Hedgehog .NET
Hedgehog will eat all your bugs.
Hedgehog is a modern property-based testing system for .NET, designed to help you release with confidence by automatically finding edge cases you didn't think of.
What is Property-Based Testing?
Instead of writing individual test cases with specific inputs and expected outputs, property-based testing lets you describe properties that should hold true for all inputs:
reverse (reverse xs) = xs, ∀xs :: [α]
This reads as: "the reverse of the reverse of a list equals the original list — for all lists of any type."

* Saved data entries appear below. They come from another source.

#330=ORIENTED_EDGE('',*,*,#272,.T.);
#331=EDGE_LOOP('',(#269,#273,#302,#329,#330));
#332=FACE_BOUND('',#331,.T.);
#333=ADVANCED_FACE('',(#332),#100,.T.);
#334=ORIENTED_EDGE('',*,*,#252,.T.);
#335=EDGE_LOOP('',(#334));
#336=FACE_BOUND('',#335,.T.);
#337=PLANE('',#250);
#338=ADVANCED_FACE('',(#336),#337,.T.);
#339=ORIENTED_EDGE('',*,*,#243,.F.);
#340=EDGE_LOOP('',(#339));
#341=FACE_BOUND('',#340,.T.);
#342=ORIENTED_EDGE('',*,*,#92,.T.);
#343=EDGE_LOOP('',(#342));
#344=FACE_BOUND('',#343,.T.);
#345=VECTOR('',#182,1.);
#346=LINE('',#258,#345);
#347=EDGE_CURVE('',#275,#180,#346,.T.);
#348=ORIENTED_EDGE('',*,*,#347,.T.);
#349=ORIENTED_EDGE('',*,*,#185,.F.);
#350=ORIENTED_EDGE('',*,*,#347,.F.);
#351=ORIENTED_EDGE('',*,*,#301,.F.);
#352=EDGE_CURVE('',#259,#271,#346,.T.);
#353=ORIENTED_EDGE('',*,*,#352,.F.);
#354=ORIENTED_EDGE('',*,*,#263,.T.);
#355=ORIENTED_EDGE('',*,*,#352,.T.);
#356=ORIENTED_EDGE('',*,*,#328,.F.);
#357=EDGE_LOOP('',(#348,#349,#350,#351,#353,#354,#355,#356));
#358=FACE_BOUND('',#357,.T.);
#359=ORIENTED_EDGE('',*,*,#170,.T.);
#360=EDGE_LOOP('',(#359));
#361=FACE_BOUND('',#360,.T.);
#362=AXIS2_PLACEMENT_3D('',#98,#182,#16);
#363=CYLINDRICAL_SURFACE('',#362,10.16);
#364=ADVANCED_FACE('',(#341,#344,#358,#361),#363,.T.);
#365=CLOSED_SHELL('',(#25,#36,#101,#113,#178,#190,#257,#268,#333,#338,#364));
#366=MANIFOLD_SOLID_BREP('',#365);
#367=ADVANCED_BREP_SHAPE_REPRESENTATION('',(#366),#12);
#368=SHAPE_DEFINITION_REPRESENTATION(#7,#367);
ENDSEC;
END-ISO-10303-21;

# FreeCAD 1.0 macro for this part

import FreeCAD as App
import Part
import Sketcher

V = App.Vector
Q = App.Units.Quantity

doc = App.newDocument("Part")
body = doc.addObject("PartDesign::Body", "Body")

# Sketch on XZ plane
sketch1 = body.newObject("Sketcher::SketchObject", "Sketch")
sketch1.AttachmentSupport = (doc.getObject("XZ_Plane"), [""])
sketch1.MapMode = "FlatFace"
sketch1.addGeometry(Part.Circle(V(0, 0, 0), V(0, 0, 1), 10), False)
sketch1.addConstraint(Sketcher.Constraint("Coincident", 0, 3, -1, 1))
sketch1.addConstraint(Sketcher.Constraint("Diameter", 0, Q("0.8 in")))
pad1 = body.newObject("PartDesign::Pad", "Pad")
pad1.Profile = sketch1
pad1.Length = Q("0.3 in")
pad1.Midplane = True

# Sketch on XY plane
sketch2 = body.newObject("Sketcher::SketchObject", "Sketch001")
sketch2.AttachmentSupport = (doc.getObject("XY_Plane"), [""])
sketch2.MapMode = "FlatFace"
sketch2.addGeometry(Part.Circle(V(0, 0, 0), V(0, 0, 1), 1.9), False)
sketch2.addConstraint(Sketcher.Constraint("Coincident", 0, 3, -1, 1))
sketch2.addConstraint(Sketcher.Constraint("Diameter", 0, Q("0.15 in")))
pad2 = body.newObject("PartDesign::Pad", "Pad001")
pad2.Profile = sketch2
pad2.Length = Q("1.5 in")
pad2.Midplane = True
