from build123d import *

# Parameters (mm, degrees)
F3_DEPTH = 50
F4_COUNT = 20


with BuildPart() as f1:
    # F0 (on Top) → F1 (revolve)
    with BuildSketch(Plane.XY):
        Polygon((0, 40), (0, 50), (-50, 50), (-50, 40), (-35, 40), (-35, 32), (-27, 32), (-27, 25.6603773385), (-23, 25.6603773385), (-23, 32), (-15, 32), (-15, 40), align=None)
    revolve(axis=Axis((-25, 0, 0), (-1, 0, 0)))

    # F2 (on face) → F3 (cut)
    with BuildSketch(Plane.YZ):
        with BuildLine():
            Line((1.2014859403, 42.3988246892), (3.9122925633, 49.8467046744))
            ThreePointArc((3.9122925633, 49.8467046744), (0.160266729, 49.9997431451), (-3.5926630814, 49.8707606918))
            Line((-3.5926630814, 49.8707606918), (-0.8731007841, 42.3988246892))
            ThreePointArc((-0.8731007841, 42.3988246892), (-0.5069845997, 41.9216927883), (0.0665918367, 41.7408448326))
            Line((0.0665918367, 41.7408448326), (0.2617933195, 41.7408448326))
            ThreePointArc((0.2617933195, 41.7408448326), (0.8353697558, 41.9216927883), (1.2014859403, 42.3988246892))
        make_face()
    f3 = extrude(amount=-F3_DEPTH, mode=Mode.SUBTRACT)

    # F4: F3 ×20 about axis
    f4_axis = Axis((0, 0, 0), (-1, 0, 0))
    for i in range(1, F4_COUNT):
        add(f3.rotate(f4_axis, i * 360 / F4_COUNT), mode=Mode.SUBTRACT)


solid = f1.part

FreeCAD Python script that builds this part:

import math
import FreeCAD as App
import Part
import Sketcher

V = App.Vector
Q = App.Units.Quantity


def add_polygon(sketch, points):
    """Adds a closed chain of lines whose ends are joined by coincident constraints."""
    first, n = sketch.GeometryCount, len(points)
    for a, b in zip(points, points[1:] + points[:1]):
        sketch.addGeometry(Part.LineSegment(App.Vector(*a, 0), App.Vector(*b, 0)), False)
    for i in range(n):
        sketch.addConstraint(Sketcher.Constraint("Coincident", first + i, 2, first + (i + 1) % n, 1))

doc = App.newDocument("Part")
body = doc.addObject("PartDesign::Body", "Body")

# Sketch on XY plane
sketch1 = body.newObject("Sketcher::SketchObject", "Sketch")
sketch1.AttachmentSupport = (doc.getObject("XY_Plane"), [""])
sketch1.MapMode = "FlatFace"
add_polygon(sketch1, [(0, 40), (0, 50), (-50, 50), (-50, 40), (-35, 40), (-35, 32), (-27, 32), (-27, 25.7), (-23, 25.7), (-23, 32), (-15, 32), (-15, 40)])  # lines 0-11
sketch1.addConstraint([
    Sketcher.Constraint("Vertical", 0),
    Sketcher.Constraint("Horizontal", 1),
    Sketcher.Constraint("Vertical", 2),
    Sketcher.Constraint("Horizontal", 3),
    Sketcher.Constraint("Vertical", 4),
    Sketcher.Constraint("Horizontal", 5),
    Sketcher.Constraint("Vertical", 6),
    Sketcher.Constraint("Horizontal", 7),
    Sketcher.Constraint("Vertical", 8),
    Sketcher.Constraint("Horizontal", 9),
    Sketcher.Constraint("Vertical", 10),
    Sketcher.Constraint("Horizontal", 11),
    Sketcher.Constraint("PointOnObject", 0, 2, -2),
    Sketcher.Constraint("Horizontal", 5, 2, 8, 2),
    Sketcher.Constraint("Horizontal", 3, 2, 10, 2),
    Sketcher.Constraint("Equal", 5, 9),
    Sketcher.Constraint("Equal", 3, 11),
    Sketcher.Constraint("Equal", 9, 4),
    Sketcher.Constraint("DistanceX", 1, 2, 1, 1, 50.0),
    Sketcher.Constraint("DistanceX", 3, 1, 3, 2, 15.0),
    Sketcher.Constraint("DistanceX", 5, 1, 5, 2, 8.0),
    Sketcher.Constraint("DistanceY", 0, 1, 0, 2, 10.0),
    Sketcher.Constraint("DistanceY", -1, 1, 0, 2, 50.0),
    Sketcher.Constraint("DistanceY", 6, 2, 6, 1, 6.339623),
])
revolution = body.newObject("PartDesign::Revolution", "Revolution")
revolution.Profile = sketch1
revolution.ReferenceAxis = (sketch1, ["H_Axis"])
revolution.Angle = 360

# Sketch on YZ plane
sketch2 = body.newObject("Sketcher::SketchObject", "Sketch001")
sketch2.AttachmentSupport = (doc.getObject("YZ_Plane"), [""])
sketch2.MapMode = "FlatFace"
sketch2.addGeometry([
    Part.LineSegment(V(1.2, 42.4, 0), V(3.91, 49.85, 0)),  # 0
    Part.ArcOfCircle(Part.Circle(V(0, 0, 0), V(0, 0, 1), 50), math.radians(85.51), math.radians(94.12)),  # 1
    Part.LineSegment(V(-3.59, 49.87, 0), V(-0.87, 42.4, 0)),  # 2
    Part.ArcOfCircle(Part.Circle(V(0.07, 42.74, 0), V(0, 0, 1), 1), math.radians(-160), math.radians(-90)),  # 3
    Part.LineSegment(V(0.07, 41.74, 0), V(0.26, 41.74, 0)),  # 4
    Part.ArcOfCircle(Part.Circle(V(0.26, 42.74, 0), V(0, 0, 1), 1), math.radians(-90), math.radians(-20)),  # 5
], False)
sketch2.addConstraint([
    Sketcher.Constraint("Coincident", 0, 2, 1, 1),
    Sketcher.Constraint("Coincident", 1, 2, 2, 1),
    Sketcher.Constraint("Tangent", 2, 2, 3, 1),
    Sketcher.Constraint("Tangent", 3, 2, 4, 1),
    Sketcher.Constraint("Tangent", 4, 2, 5, 1),
    Sketcher.Constraint("Tangent", 5, 2, 0, 1),
    Sketcher.Constraint("Horizontal", 4),
    Sketcher.Constraint("Coincident", 1, 3, -1, 1),
    Sketcher.Constraint("Equal", 3, 5),
    Sketcher.Constraint("Horizontal", 2, 2, 5, 2),
    Sketcher.Constraint("Radius", 1, 50.0),
    Sketcher.Constraint("Radius", 3, 1.0),
    Sketcher.Constraint("Angle", 0, Q("70 deg")),
    Sketcher.Constraint("DistanceX", 4, 1, 4, 2, 0.195201),
    Sketcher.Constraint("DistanceX", 2, 2, -1, 1, 0.873101),
    Sketcher.Constraint("DistanceX", 5, 3, 0, 2, 3.650499),
])
pocket1 = body.newObject("PartDesign::Pocket", "Pocket")
pocket1.Profile = sketch2
pocket1.Length = 50
doc.recompute()

polarpattern = body.newObject("PartDesign::PolarPattern", "PolarPattern")
polarpattern.Originals = [pocket1]
polarpattern.Axis = (doc.getObject("X_Axis"), [""])
polarpattern.Angle = 360
polarpattern.Occurrences = 20
body.Tip = polarpattern

doc.recompute()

In Hedgehog, you express this property and the framework generates hundreds of random test cases automatically:
property {
let! xs = Gen.list (Range.linear 0 100) Gen.alpha
return List.rev (List.rev xs) = xs
}
|> Property.render
+++ OK, passed 100 tests.
Why Hedgehog?
Integrated Shrinking
When a property fails, Hedgehog automatically simplifies the failing input to find the smallest counterexample. Unlike older property-based testing libraries that shrink values separately from generation, Hedgehog uses integrated shrinking — shrinking is built into generators, guaranteeing that shrunk values obey the same invariants as the generated values.

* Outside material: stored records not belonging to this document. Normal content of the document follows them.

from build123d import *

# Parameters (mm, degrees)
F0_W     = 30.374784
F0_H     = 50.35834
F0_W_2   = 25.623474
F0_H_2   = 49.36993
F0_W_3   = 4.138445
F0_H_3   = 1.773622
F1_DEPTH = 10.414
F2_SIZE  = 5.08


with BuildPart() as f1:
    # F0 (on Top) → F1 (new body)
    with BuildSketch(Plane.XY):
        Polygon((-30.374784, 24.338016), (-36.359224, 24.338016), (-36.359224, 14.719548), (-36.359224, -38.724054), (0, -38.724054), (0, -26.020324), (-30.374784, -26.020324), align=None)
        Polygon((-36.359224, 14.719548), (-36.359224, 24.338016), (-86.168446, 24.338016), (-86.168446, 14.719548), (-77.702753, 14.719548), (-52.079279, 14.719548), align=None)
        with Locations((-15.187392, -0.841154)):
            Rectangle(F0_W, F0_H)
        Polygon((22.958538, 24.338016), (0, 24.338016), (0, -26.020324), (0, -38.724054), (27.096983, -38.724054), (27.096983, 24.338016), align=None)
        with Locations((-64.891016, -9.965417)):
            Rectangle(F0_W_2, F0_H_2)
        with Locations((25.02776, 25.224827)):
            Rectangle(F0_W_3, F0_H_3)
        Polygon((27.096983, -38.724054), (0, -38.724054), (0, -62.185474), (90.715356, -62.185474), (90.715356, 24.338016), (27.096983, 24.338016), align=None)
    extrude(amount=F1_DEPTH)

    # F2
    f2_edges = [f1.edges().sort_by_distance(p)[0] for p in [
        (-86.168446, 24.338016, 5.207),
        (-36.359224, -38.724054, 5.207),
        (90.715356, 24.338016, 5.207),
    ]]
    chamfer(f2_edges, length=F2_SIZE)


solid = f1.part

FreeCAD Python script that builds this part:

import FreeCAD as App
import Part
import Sketcher

V = App.Vector
Q = App.Units.Quantity


def edges_at(feature, points):
    """Names of the edges that pass closest to the given points."""
    edges = feature.Shape.Edges
    near = lambda p: min(range(len(edges)), key=lambda i: edges[i].distToShape(Part.Vertex(*p))[0])
    return sorted({f"Edge{near(p) + 1}" for p in points})


def add_polygon(sketch, points):
    """Adds a closed chain of lines whose ends are joined by coincident constraints."""
    first, n = sketch.GeometryCount, len(points)
    for a, b in zip(points, points[1:] + points[:1]):
        sketch.addGeometry(Part.LineSegment(App.Vector(*a, 0), App.Vector(*b, 0)), False)
    for i in range(n):
        sketch.addConstraint(Sketcher.Constraint("Coincident", first + i, 2, first + (i + 1) % n, 1))

doc = App.newDocument("Part")
body = doc.addObject("PartDesign::Body", "Body")

sketch1 = doc.addObject("Sketcher::SketchObject", "Sketch")
body.addObject(sketch1)
sketch1.AttachmentSupport = (doc.XY_Plane, [""])
sketch1.MapMode = "FlatFace"
add_polygon(sketch1, [(-86.2, 24.3), (-86.2, 14.7), (-77.7, 14.7), (-77.7, -34.7), (-52.1, -34.7), (-52.1, 14.7), (-36.4, 14.7), (-36.4, -38.7), (0, -38.7), (0, -62.2), (90.7, -62.2), (90.7, 24.3), (27.1, 24.3), (27.1, 26.1), (23, 26.1), (23, 24.3)])
sketch1.addConstraint(Sketcher.Constraint("Vertical", 0))
sketch1.addConstraint(Sketcher.Constraint("Horizontal", 1))
sketch1.addConstraint(Sketcher.Constraint("Vertical", 2))
sketch1.addConstraint(Sketcher.Constraint("Horizontal", 3))
sketch1.addConstraint(Sketcher.Constraint("Vertical", 4))
sketch1.addConstraint(Sketcher.Constraint("Horizontal", 5))
sketch1.addConstraint(Sketcher.Constraint("Vertical", 6))
sketch1.addConstraint(Sketcher.Constraint("Horizontal", 7))
sketch1.addConstraint(Sketcher.Constraint("Vertical", 8))
sketch1.addConstraint(Sketcher.Constraint("Horizontal", 9))
sketch1.addConstraint(Sketcher.Constraint("Vertical", 10))
sketch1.addConstraint(Sketcher.Constraint("Horizontal", 11))
sketch1.addConstraint(Sketcher.Constraint("Vertical", 12))
sketch1.addConstraint(Sketcher.Constraint("Horizontal", 13))
sketch1.addConstraint(Sketcher.Constraint("Vertical", 14))
sketch1.addConstraint(Sketcher.Constraint("Horizontal", 15))
sketch1.addConstraint(Sketcher.Constraint("PointOnObject", 7, 2, -2))
sketch1.addConstraint(Sketcher.Constraint("Horizontal", 1, 2, 4, 2))
sketch1.addConstraint(Sketcher.Constraint("Horizontal", 11, 2, 14, 2))
sketch1.addConstraint(Sketcher.Constraint("DistanceX", 5, 1, 5, 2, Q("0.6188998 in")))
sketch1.addConstraint(Sketcher.Constraint("DistanceY", 6, 2, 6, 1, 53.443602))
sketch1.addConstraint(Sketcher.Constraint("DistanceY", 2, 2, 2, 1, 49.36993))
sketch1.addConstraint(Sketcher.Constraint("DistanceY", 8, 2, 8, 1, 23.46142))
sketch1.addConstraint(Sketcher.Constraint("DistanceY", 10, 1, 10, 2, 86.52349))
sketch1.addConstraint(Sketcher.Constraint("DistanceY", 12, 1, 12, 2, 1.773622))
sketch1.addConstraint(Sketcher.Constraint("DistanceX", 1, 1, 1, 2, 8.465693))
sketch1.addConstraint(Sketcher.Constraint("DistanceX", 3, 1, 3, 2, 25.623474))
sketch1.addConstraint(Sketcher.Constraint("DistanceX", 7, 1, 7, 2, 36.359224))
sketch1.addConstraint(Sketcher.Constraint("DistanceX", 9, 1, 9, 2, 90.715356))
sketch1.addConstraint(Sketcher.Constraint("DistanceX", 11, 2, 11, 1, 63.618374))
sketch1.addConstraint(Sketcher.Constraint("DistanceX", 13, 2, 13, 1, 4.138445))
sketch1.addConstraint(Sketcher.Constraint("DistanceY", -1, 1, 0, 2, 14.719548))
pad1 = doc.addObject("PartDesign::Pad", "Pad")
body.addObject(pad1)
pad1.Profile = sketch1
pad1.Length = Q("0.41 in")
doc.recompute()

chamfer = doc.addObject("PartDesign::Chamfer", "Chamfer")
body.addObject(chamfer)
chamfer.Base = (pad1, edges_at(pad1, [(-86.168, 24.338, 5.207), (-36.359, -38.724, 5.207), (90.715, 24.338, 5.207)]))
chamfer.Size = Q("0.2 in")

doc.recompute()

This means you get minimal, actionable error reports:
property {
let! xs = Gen.list (Range.linear 0 100) version
return xs |> List.rev = xs
}
|> Property.render
*** Failed! Falsifiable (after 3 tests and 6 shrinks):
[0.0.0; 0.0.1]
Even complex types like System.Version shrink automatically to their simplest failing case.
Expressive Syntax
Hedgehog provides gen and property computation expressions that feel natural in F#:
let ipAddressGen = gen {
let! addr = Gen.array (Range.singleton 4) Gen.byte
return System.Net.IPAddress addr
}
Precise Control
Range combinators let you control the scope of generated values:
Gen.int32 (Range.constant 0 100) // Always between 0-100
Gen.int32 (Range.linear 0 100) // Scales with test size
Gen.list (Range.exponential 1 1000) g // Exponential growth
Core Concepts
Properties are invariants that should hold for all inputs. They're expressed as functions that return bool or Property<bool>.
Generators produce random values of a given type. Hedgehog includes generators for primitives and combinators to build generators for complex types. Generators are composable using map, bind, and other familiar operations.
Shrinking happens automatically when a property fails. Hedgehog finds progressively smaller inputs that still cause the failure, giving you the minimal reproduction case.